Roos E Pouw1, Torsten Beyna2, Kamar Belghazi1, Arjun D Koch3, Erik J Schoon4, Rehan Haidry5, Bas L Weusten6, Raf Bisschops7, Nicholas J Shaheen8, Michael B Wallace9, Norman Marcon10, Rachel Heise-Ginsburg2, Anniek W Gotink3, Kenneth K Wang11, Cadman L Leggett11, Jacobo Ortiz-Fernández-Sordo12, Krish Ragunath12, Massimiliano DiPietro13, Oliver Pech14, Horst Neuhaus2, Jacques J Bergman1.   

Abstract

BACKGROUND AND AIMS: Early neoplasia in Barrett's esophagus (BE) can be effectively and safely removed by endoscopic resection (ER) using multiband mucosectomy (MBM).
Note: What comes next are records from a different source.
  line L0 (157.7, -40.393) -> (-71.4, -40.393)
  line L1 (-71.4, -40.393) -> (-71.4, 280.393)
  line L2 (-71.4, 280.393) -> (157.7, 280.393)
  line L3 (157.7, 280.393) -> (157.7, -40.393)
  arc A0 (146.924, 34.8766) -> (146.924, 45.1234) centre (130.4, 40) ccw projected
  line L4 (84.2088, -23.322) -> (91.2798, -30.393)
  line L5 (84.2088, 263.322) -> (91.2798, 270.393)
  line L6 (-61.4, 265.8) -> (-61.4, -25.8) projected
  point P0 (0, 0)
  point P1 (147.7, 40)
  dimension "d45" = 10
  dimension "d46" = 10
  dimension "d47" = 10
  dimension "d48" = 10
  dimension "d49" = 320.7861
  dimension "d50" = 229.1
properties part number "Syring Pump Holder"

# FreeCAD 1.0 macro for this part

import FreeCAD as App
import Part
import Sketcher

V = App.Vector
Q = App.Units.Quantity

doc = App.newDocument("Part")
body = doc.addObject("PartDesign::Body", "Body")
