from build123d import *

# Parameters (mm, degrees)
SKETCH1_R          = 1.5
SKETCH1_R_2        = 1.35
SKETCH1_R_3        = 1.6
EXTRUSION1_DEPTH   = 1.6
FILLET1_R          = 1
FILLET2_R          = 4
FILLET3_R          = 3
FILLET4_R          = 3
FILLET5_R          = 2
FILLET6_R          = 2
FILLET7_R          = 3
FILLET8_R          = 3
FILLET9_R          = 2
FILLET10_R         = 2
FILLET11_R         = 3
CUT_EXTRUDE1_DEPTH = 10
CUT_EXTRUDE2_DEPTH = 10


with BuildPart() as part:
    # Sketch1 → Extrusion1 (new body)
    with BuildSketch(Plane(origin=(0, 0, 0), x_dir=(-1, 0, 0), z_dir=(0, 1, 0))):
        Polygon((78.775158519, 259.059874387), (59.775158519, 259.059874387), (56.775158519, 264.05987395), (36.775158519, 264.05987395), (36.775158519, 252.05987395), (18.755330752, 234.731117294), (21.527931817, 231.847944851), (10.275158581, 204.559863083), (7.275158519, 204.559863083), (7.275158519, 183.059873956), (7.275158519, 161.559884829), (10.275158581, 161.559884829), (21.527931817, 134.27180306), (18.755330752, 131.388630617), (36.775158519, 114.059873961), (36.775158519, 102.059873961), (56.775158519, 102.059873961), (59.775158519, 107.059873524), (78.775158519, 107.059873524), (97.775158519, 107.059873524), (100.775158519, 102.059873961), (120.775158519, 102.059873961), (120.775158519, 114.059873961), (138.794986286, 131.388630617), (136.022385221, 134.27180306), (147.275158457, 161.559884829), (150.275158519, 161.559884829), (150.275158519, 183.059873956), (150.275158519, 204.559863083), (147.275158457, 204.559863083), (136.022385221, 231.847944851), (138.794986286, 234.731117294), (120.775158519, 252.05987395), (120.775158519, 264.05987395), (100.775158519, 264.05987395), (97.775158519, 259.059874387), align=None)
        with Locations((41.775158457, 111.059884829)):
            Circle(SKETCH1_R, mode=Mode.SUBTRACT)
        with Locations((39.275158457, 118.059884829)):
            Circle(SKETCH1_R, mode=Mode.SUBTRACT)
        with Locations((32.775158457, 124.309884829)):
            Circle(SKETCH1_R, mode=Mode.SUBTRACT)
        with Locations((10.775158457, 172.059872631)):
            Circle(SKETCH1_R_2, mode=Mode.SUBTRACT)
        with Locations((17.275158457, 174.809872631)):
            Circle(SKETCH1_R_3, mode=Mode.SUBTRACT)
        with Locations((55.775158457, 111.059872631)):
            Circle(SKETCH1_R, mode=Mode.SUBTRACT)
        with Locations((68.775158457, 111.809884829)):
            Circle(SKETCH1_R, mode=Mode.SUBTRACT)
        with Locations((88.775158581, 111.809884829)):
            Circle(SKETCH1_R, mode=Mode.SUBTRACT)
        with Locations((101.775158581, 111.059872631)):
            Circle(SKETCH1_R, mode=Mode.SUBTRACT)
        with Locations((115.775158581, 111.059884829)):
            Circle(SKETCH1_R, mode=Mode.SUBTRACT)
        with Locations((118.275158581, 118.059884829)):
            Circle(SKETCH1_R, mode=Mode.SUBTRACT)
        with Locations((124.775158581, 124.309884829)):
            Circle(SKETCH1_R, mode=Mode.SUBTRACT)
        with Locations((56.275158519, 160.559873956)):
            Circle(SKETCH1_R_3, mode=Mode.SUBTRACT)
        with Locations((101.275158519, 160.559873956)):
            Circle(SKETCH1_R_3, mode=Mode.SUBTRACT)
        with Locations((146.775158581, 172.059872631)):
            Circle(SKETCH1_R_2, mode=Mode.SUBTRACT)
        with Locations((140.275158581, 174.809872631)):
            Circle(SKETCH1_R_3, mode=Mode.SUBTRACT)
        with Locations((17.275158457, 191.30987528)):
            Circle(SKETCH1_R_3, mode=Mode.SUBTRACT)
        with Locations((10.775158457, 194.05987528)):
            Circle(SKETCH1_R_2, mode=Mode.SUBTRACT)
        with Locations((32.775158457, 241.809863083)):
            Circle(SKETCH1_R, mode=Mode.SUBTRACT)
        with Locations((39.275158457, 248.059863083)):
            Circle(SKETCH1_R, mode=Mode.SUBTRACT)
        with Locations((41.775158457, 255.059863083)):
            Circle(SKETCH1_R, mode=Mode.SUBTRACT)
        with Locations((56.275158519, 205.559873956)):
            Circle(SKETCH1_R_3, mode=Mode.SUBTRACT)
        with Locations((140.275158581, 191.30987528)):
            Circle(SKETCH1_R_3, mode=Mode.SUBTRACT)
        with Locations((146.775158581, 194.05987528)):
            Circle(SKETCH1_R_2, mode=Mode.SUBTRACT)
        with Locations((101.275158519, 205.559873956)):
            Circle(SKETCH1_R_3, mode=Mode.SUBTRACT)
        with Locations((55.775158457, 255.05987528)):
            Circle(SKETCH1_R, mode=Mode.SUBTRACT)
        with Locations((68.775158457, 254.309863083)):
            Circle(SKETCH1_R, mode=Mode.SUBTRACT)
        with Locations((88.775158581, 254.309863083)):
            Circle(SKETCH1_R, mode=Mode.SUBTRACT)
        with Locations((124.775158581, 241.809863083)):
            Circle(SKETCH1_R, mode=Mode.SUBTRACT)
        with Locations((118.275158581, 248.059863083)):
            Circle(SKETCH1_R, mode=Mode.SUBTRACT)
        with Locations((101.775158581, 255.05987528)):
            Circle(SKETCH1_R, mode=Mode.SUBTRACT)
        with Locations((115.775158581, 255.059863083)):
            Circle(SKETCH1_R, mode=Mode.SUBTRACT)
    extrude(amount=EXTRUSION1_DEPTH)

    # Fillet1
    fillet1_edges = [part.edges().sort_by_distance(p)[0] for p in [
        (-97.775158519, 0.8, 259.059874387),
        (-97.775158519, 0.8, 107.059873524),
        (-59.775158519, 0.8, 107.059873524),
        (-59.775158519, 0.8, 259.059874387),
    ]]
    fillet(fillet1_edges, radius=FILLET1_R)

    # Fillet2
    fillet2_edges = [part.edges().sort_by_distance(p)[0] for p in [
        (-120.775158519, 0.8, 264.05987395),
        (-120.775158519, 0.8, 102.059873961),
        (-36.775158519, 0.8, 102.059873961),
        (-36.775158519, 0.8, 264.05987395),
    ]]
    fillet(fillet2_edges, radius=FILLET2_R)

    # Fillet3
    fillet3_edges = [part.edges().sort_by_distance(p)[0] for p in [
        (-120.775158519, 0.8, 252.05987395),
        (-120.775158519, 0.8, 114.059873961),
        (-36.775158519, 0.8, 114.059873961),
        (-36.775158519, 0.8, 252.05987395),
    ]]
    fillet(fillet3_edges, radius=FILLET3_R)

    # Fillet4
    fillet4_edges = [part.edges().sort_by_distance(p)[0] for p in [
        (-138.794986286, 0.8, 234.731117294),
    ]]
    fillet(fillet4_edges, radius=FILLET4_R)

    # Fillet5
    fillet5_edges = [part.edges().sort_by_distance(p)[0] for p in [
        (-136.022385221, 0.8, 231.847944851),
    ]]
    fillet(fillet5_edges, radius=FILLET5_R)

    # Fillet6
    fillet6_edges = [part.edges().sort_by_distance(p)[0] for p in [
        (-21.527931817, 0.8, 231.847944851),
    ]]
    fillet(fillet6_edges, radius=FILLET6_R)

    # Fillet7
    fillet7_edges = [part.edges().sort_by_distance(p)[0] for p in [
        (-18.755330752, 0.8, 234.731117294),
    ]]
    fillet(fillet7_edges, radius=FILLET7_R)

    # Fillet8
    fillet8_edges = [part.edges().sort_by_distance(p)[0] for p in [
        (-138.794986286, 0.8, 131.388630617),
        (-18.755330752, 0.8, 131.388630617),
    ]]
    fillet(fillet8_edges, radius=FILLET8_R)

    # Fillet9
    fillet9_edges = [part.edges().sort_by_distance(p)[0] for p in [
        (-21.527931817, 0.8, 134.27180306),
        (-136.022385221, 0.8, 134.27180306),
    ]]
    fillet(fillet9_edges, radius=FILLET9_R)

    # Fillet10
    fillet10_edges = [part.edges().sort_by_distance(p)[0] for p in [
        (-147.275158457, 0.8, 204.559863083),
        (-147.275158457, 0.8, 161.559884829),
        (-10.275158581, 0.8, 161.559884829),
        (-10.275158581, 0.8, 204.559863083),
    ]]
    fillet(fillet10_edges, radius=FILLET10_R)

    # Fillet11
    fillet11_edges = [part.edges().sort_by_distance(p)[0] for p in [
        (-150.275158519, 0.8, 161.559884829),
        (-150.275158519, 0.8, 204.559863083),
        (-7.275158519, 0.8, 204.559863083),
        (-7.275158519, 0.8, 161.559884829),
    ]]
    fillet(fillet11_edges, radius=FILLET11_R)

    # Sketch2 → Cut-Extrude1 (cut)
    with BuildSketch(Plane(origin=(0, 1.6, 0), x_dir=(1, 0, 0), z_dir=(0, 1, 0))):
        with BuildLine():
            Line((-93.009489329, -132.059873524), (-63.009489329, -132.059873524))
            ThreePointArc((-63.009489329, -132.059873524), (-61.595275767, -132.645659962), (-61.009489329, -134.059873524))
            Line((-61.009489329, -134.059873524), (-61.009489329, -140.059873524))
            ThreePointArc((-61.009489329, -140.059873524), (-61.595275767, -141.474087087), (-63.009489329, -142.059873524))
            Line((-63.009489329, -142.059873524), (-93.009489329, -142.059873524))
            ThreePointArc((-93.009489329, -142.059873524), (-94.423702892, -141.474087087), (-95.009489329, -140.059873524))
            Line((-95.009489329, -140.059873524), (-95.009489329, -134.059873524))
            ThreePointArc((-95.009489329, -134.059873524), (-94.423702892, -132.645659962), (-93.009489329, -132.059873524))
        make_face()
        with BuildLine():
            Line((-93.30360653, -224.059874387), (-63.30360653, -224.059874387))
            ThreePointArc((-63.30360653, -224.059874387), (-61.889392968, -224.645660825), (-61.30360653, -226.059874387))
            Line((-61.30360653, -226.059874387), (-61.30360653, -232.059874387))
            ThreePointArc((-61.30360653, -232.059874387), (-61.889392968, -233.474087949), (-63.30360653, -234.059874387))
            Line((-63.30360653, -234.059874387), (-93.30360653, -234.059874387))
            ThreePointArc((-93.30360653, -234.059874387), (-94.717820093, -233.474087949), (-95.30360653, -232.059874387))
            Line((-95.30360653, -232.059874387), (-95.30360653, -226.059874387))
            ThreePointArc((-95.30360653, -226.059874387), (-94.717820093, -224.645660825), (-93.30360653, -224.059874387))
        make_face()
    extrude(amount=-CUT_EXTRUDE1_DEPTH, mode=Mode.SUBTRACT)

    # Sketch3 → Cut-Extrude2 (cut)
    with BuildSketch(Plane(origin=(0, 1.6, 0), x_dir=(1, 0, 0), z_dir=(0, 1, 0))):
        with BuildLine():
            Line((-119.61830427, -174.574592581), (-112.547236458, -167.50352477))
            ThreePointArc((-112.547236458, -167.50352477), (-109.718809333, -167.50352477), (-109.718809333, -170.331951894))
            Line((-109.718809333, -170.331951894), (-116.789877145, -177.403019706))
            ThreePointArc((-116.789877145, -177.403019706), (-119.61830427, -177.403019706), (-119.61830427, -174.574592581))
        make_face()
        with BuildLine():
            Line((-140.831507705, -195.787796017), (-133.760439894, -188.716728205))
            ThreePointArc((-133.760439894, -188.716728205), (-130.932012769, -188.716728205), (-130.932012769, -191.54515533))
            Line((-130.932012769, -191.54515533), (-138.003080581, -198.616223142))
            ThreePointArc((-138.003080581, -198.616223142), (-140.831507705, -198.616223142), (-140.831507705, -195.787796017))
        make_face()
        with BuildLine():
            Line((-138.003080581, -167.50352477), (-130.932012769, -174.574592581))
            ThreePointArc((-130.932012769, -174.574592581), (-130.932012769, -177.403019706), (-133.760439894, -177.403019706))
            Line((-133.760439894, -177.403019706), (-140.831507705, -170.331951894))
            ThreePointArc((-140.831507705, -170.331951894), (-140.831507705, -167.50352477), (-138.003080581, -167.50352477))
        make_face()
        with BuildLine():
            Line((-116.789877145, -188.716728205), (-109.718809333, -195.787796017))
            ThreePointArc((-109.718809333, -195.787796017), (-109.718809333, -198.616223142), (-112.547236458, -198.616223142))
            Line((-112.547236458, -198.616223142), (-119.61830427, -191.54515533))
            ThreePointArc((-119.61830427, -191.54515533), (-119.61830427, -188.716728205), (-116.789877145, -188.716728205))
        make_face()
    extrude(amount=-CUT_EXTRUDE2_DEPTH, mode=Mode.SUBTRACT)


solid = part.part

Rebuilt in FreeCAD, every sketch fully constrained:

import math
import FreeCAD as App
import Part
import Sketcher

V = App.Vector
Q = App.Units.Quantity


def edges_at(feature, points):
    """Names of the edges that pass closest to the given points."""
    edges = feature.Shape.Edges
    near = lambda p: min(range(len(edges)), key=lambda i: edges[i].distToShape(Part.Vertex(*p))[0])
    return sorted({f"Edge{near(p) + 1}" for p in points})

doc = App.newDocument("Part")
body = doc.addObject("PartDesign::Body", "Body")

# Sketch on XZ plane
sketch1 = body.newObject("Sketcher::SketchObject", "Sketch")
sketch1.AttachmentSupport = (doc.getObject("XZ_Plane"), [""])
sketch1.MapMode = "FlatFace"
sketch1.addGeometry([
    Part.LineSegment(V(-59.775159, 259.059874, 0), V(-56.775159, 264.059874, 0)),  # 0
    Part.LineSegment(V(-56.775159, 264.059874, 0), V(-36.775159, 264.059874, 0)),  # 1
    Part.LineSegment(V(-36.775159, 264.059874, 0), V(-36.775159, 252.059874, 0)),  # 2
    Part.LineSegment(V(-36.775159, 252.059874, 0), V(-18.755331, 234.731117, 0)),  # 3
    Part.LineSegment(V(-18.755331, 234.731117, 0), V(-21.527932, 231.847945, 0)),  # 4
    Part.LineSegment(V(-21.527932, 231.847945, 0), V(-10.275159, 204.559863, 0)),  # 5
    Part.LineSegment(V(-10.275159, 204.559863, 0), V(-7.275159, 204.559863, 0)),  # 6
    Part.LineSegment(V(-7.275159, 204.559863, 0), V(-7.275159, 161.559885, 0)),  # 7
    Part.LineSegment(V(-7.275159, 161.559885, 0), V(-10.275159, 161.559885, 0)),  # 8
    Part.LineSegment(V(-10.275159, 161.559885, 0), V(-21.527932, 134.271803, 0)),  # 9
    Part.LineSegment(V(-21.527932, 134.271803, 0), V(-18.755331, 131.388631, 0)),  # 10
    Part.LineSegment(V(-18.755331, 131.388631, 0), V(-36.775159, 114.059874, 0)),  # 11
    Part.LineSegment(V(-36.775159, 114.059874, 0), V(-36.775159, 102.059874, 0)),  # 12
    Part.LineSegment(V(-36.775159, 102.059874, 0), V(-56.775159, 102.059874, 0)),  # 13
    Part.LineSegment(V(-56.775159, 102.059874, 0), V(-59.775159, 107.059874, 0)),  # 14
    Part.LineSegment(V(-59.775159, 107.059874, 0), V(-97.775159, 107.059874, 0)),  # 15
    Part.LineSegment(V(-97.775159, 107.059874, 0), V(-100.775159, 102.059874, 0)),  # 16
    Part.LineSegment(V(-100.775159, 102.059874, 0), V(-120.775159, 102.059874, 0)),  # 17
    Part.LineSegment(V(-120.775159, 102.059874, 0), V(-120.775159, 114.059874, 0)),  # 18
    Part.LineSegment(V(-120.775159, 114.059874, 0), V(-138.794986, 131.388631, 0)),  # 19
    Part.LineSegment(V(-138.794986, 131.388631, 0), V(-136.022385, 134.271803, 0)),  # 20
    Part.LineSegment(V(-136.022385, 134.271803, 0), V(-147.275158, 161.559885, 0)),  # 21
    Part.LineSegment(V(-147.275158, 161.559885, 0), V(-150.275159, 161.559885, 0)),  # 22
    Part.LineSegment(V(-150.275159, 161.559885, 0), V(-150.275159, 204.559863, 0)),  # 23
    Part.LineSegment(V(-150.275159, 204.559863, 0), V(-147.275158, 204.559863, 0)),  # 24
    Part.LineSegment(V(-147.275158, 204.559863, 0), V(-136.022385, 231.847945, 0)),  # 25
    Part.LineSegment(V(-136.022385, 231.847945, 0), V(-138.794986, 234.731117, 0)),  # 26
    Part.LineSegment(V(-138.794986, 234.731117, 0), V(-120.775159, 252.059874, 0)),  # 27
    Part.LineSegment(V(-120.775159, 252.059874, 0), V(-120.775159, 264.059874, 0)),  # 28
    Part.LineSegment(V(-120.775159, 264.059874, 0), V(-100.775159, 264.059874, 0)),  # 29
    Part.LineSegment(V(-100.775159, 264.059874, 0), V(-97.775159, 259.059874, 0)),  # 30
    Part.LineSegment(V(-97.775159, 259.059874, 0), V(-59.775159, 259.059874, 0)),  # 31
    Part.Circle(V(-41.775158, 111.059885, 0), V(0, 0, 1), 1.5),  # 32
    Part.Circle(V(-39.275158, 118.059885, 0), V(0, 0, 1), 1.5),  # 33
    Part.Circle(V(-32.775158, 124.309885, 0), V(0, 0, 1), 1.5),  # 34
    Part.Circle(V(-55.775158, 111.059873, 0), V(0, 0, 1), 1.5),  # 35
    Part.Circle(V(-68.775158, 111.809885, 0), V(0, 0, 1), 1.5),  # 36
    Part.Circle(V(-10.775158, 172.059873, 0), V(0, 0, 1), 1.35),  # 37
    Part.Circle(V(-17.275158, 174.809873, 0), V(0, 0, 1), 1.6),  # 38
This study aimed to document performance of a novel MBM device designed for improved visualization, easier passage of accessories, and better suction power compared with other marketed MBM devices.
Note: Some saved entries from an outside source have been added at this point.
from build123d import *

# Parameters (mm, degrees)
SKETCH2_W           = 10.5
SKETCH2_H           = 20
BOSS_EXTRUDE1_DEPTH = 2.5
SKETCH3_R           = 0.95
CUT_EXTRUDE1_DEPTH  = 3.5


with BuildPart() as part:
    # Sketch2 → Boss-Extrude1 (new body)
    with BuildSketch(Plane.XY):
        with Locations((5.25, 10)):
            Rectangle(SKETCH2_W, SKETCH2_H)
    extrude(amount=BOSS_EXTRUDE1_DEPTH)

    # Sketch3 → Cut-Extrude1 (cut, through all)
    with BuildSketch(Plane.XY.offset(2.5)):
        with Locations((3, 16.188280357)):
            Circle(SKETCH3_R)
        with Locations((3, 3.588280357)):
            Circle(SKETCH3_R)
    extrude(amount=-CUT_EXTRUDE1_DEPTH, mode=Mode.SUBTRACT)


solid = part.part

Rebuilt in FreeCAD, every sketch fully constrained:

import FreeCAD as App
import Part
import Sketcher
Q = App.Units.Quantity

doc = App.newDocument("Part")
params = doc.addObject("Spreadsheet::Sheet", "Params")
for row, (alias, value) in enumerate([
    ("sketch1_height", "20 mm"),
    ("sketch1_width", "10.5 mm"),
    ("pad1_length", "2.5 mm"),
    ("sketch2_diameter", "1.9 mm"),
], start=1):
    params.set(f"A{row}", alias)
    params.set(f"B{row}", "=" + value)
    params.setAlias(f"B{row}", alias)

body = doc.addObject("PartDesign::Body", "Body")

sketch1 = doc.addObject("Sketcher::SketchObject", "Sketch")
body.addObject(sketch1)
sketch1.AttachmentSupport = (doc.XY_Plane, [""])
sketch1.MapMode = "FlatFace"
sketch1.addGeometry([
    Part.LineSegment(App.Vector(0, 20, 0), App.Vector(0, 0, 0)),
    Part.LineSegment(App.Vector(0, 0, 0), App.Vector(10.5, 0, 0)),
    Part.LineSegment(App.Vector(10.5, 0, 0), App.Vector(10.5, 20, 0)),
    Part.LineSegment(App.Vector(10.5, 20, 0), App.Vector(0, 20, 0)),
], False)
sketch1.addConstraint([
    Sketcher.Constraint("Coincident", 0, 2, 1, 1),
    Sketcher.Constraint("Coincident", 1, 2, 2, 1),
    Sketcher.Constraint("Coincident", 2, 2, 3, 1),
    Sketcher.Constraint("Coincident", 3, 2, 0, 1),
    Sketcher.Constraint("Vertical", 0),
    Sketcher.Constraint("Horizontal", 1),
    Sketcher.Constraint("Vertical", 2),
    Sketcher.Constraint("Horizontal", 3),
    Sketcher.Constraint("Coincident", 0, 2, -1, 1),
    Sketcher.Constraint("DistanceY", 0, 2, 0, 1, Q("20 mm")),
    Sketcher.Constraint("DistanceX", 1, 1, 1, 2, Q("10.5 mm")),
])
sketch1.setExpression("Constraints[9]", "Params.sketch1_height")
sketch1.setExpression("Constraints[10]", "Params.sketch1_width")
pad1 = doc.addObject("PartDesign::Pad", "Pad")
body.addObject(pad1)
pad1.Profile = sketch1
pad1.setExpression("Length", "Params.pad1_length")

sketch2 = doc.addObject("Sketcher::SketchObject", "Sketch001")
body.addObject(sketch2)
sketch2.AttachmentSupport = (doc.XY_Plane, [""])
sketch2.MapMode = "FlatFace"
sketch2.AttachmentOffset = App.Placement(App.Vector(0, 0, 2.5), App.Rotation())
sketch2.addGeometry([
    Part.Circle(App.Vector(3, 16.18828, 0), App.Vector(0, 0, 1), 0.95),
    Part.Circle(App.Vector(3, 3.58828, 0), App.Vector(0, 0, 1), 0.95),
], False)
sketch2.addConstraint([
    Sketcher.Constraint("Equal", 0, 1),
    Sketcher.Constraint("Vertical", 0, 3, 1, 3),
    Sketcher.Constraint("Diameter", 0, Q("1.9 mm")),
    Sketcher.Constraint("DistanceX", -1, 1, 0, 3, Q("3 mm")),
    Sketcher.Constraint("DistanceY", 1, 3, 0, 3, Q("12.6 mm")),
    Sketcher.Constraint("DistanceY", -1, 1, 0, 3, Q("16.18828 mm")),
])
sketch2.setExpression("Constraints[2]", "Params.sketch2_diameter")
pocket1 = doc.addObject("PartDesign::Pocket", "Pocket")
body.addObject(pocket1)
pocket1.Profile = sketch2
pocket1.Type = "ThroughAll"

doc.recompute()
METHODS: This international, single-arm, prospective registry in 14 referral centers (Europe, 10; United States, 3; Canada, 1) included patients with early BE neoplasia scheduled for ER. The primary endpoint was successful ER defined as complete resection of the delineated area in 1 procedure. Secondary outcomes were adverse events and procedure time.
RESULTS: A total of 332 lesions was included in 291 patients (248 men; mean age, 67 years [standard deviation, 9.6]). ER indication was high-grade dysplasia in 64%, early adenocarcinoma in 19%, lesion with low-grade dysplasia in 11%, and a lesion without definite histology in 6%. Successful ER was reached in 322 of 332 lesions (97%; 95% confidence interval [CI], 94.6%-98.4%). A perforation occurred in 3 of 332 procedures (.9%; 95% CI, .31%-2.62%), all were managed endoscopically, and patients were admitted with intravenous antibiotics during days 2, 3, and 9. Postprocedural bleeding requiring an intervention occurred in 5 of 332 resections (1.5%; 95% CI, .65%-3.48%). Dysphagia requiring dilatation occurred in 11 patients (3.8%; 95% CI, 2.1%-6.6%). Median procedure time was 16 minutes (interquartile range, 12.0-26.0).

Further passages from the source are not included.